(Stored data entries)

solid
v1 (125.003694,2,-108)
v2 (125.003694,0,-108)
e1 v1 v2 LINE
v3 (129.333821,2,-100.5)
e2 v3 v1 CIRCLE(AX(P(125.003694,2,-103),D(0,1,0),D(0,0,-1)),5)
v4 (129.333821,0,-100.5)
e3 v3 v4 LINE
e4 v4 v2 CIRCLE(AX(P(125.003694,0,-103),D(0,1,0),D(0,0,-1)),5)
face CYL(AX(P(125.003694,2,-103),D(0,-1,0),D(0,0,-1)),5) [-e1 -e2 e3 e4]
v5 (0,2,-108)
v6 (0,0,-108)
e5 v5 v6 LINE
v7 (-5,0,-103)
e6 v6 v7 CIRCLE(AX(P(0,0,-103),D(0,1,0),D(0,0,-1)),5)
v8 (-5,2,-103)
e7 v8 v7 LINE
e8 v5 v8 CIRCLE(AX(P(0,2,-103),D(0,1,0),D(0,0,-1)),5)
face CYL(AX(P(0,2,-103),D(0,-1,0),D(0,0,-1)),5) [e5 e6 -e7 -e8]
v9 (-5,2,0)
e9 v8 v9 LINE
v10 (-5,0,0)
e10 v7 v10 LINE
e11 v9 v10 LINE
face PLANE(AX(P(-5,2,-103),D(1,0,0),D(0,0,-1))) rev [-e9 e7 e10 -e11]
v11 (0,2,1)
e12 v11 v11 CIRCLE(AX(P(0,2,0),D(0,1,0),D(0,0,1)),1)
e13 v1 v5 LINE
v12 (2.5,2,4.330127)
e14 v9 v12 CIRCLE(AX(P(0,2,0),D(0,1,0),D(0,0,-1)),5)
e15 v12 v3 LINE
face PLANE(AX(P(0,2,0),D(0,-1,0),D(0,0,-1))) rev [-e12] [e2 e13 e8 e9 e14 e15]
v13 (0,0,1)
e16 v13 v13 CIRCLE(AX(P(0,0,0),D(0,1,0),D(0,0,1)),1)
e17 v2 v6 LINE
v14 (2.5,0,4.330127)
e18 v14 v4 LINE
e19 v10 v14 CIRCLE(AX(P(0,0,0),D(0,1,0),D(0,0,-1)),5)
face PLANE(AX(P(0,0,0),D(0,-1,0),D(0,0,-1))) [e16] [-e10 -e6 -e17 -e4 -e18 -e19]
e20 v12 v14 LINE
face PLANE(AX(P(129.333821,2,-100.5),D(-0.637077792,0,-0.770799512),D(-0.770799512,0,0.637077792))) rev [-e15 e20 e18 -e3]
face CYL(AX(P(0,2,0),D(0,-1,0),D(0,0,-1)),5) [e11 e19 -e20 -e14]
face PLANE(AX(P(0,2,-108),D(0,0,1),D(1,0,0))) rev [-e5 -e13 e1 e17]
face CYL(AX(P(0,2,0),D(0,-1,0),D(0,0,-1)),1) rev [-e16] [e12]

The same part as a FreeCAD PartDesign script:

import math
import FreeCAD as App
import Part
import Sketcher
Q = App.Units.Quantity

doc = App.newDocument("Part")
body = doc.addObject("PartDesign::Body", "Body")

sketch1 = body.newObject("Sketcher::SketchObject", "Sketch")
sketch1.AttachmentSupport = (doc.getObject("XZ_Plane"), [""])
sketch1.MapMode = "FlatFace"
sketch1.addGeometry([
    Part.LineSegment(App.Vector(2.5, 4.3, 0), App.Vector(129.3, -100.5, 0)),
    Part.ArcOfCircle(Part.Circle(App.Vector(125, -103, 0), App.Vector(0, 0, 1), 5), math.radians(-90), math.radians(30)),
    Part.LineSegment(App.Vector(125, -108, 0), App.Vector(0, -108, 0)),
    Part.ArcOfCircle(Part.Circle(App.Vector(0, -103, 0), App.Vector(0, 0, 1), 5), math.radians(180), math.radians(270)),
    Part.LineSegment(App.Vector(-5, -103, 0), App.Vector(-5, 0, 0)),
    Part.ArcOfCircle(Part.Circle(App.Vector(0, 0, 0), App.Vector(0, 0, 1), 5), math.radians(60), math.radians(180)),
    Part.Circle(App.Vector(0, 0, 0), App.Vector(0, 0, 1), 1),
], False)
sketch1.addConstraint([
    Sketcher.Constraint("Coincident", 0, 2, 1, 2),
    Sketcher.Constraint("Tangent", 1, 1, 2, 1),
    Sketcher.Constraint("Tangent", 2, 2, 3, 2),
    Sketcher.Constraint("Tangent", 3, 1, 4, 1),
    Sketcher.Constraint("Tangent", 4, 2, 5, 2),
    Sketcher.Constraint("Coincident", 5, 1, 0, 1),
    Sketcher.Constraint("Horizontal", 2),
    Sketcher.Constraint("Vertical", 4),
    Sketcher.Constraint("Coincident", 5, 3, -1, 1),
    Sketcher.Constraint("Coincident", 6, 3, -1, 1),
    Sketcher.Constraint("Equal", 1, 3),
    Sketcher.Constraint("Equal", 3, 5),
    Sketcher.Constraint("Diameter", 6, Q("2 mm")),
    Sketcher.Constraint("Radius", 1, Q("5 mm")),
    Sketcher.Constraint("DistanceY", 4, 1, 4, 2, Q("103 mm")),
    Sketcher.Constraint("DistanceY", 0, 2, -1, 1, Q("100.5 mm")),
    Sketcher.Constraint("DistanceX", -1, 1, 5, 1, Q("2.5 mm")),
    Sketcher.Constraint("DistanceX", 2, 2, 2, 1, Q("125.003694 mm")),
])
pad1 = body.newObject("PartDesign::Pad", "Pad")
pad1.Profile = sketch1
pad1.Length = 2
pad1.Reversed = True

doc.recompute()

| Exercise |
Reproduce the entries above exactly, but only the lines between the line holding "e5 v5 v6 LINE" and the line holding "The same part", inclusive.

| Response |
e5 v5 v6 LINE
v7 (-5,0,-103)
e6 v6 v7 CIRCLE(AX(P(0,0,-103),D(0,1,0),D(0,0,-1)),5)
v8 (-5,2,-103)
e7 v8 v7 LINE
e8 v5 v8 CIRCLE(AX(P(0,2,-103),D(0,1,0),D(0,0,-1)),5)
face CYL(AX(P(0,2,-103),D(0,-1,0),D(0,0,-1)),5) [e5 e6 -e7 -e8]
v9 (-5,2,0)
e9 v8 v9 LINE
v10 (-5,0,0)
e10 v7 v10 LINE
e11 v9 v10 LINE
face PLANE(AX(P(-5,2,-103),D(1,0,0),D(0,0,-1))) rev [-e9 e7 e10 -e11]
v11 (0,2,1)
e12 v11 v11 CIRCLE(AX(P(0,2,0),D(0,1,0),D(0,0,1)),1)
e13 v1 v5 LINE
v12 (2.5,2,4.330127)
e14 v9 v12 CIRCLE(AX(P(0,2,0),D(0,1,0),D(0,0,-1)),5)
e15 v12 v3 LINE
face PLANE(AX(P(0,2,0),D(0,-1,0),D(0,0,-1))) rev [-e12] [e2 e13 e8 e9 e14 e15]
v13 (0,0,1)
e16 v13 v13 CIRCLE(AX(P(0,0,0),D(0,1,0),D(0,0,1)),1)
e17 v2 v6 LINE
v14 (2.5,0,4.330127)
e18 v14 v4 LINE
e19 v10 v14 CIRCLE(AX(P(0,0,0),D(0,1,0),D(0,0,-1)),5)
face PLANE(AX(P(0,0,0),D(0,-1,0),D(0,0,-1))) [e16] [-e10 -e6 -e17 -e4 -e18 -e19]
e20 v12 v14 LINE
face PLANE(AX(P(129.333821,2,-100.5),D(-0.637077792,0,-0.770799512),D(-0.770799512,0,0.637077792))) rev [-e15 e20 e18 -e3]
face CYL(AX(P(0,2,0),D(0,-1,0),D(0,0,-1)),5) [e11 e19 -e20 -e14]
face PLANE(AX(P(0,2,-108),D(0,0,1),D(1,0,0))) rev [-e5 -e13 e1 e17]
face CYL(AX(P(0,2,0),D(0,-1,0),D(0,0,-1)),1) rev [-e16] [e12]

The same part as a FreeCAD PartDesign script:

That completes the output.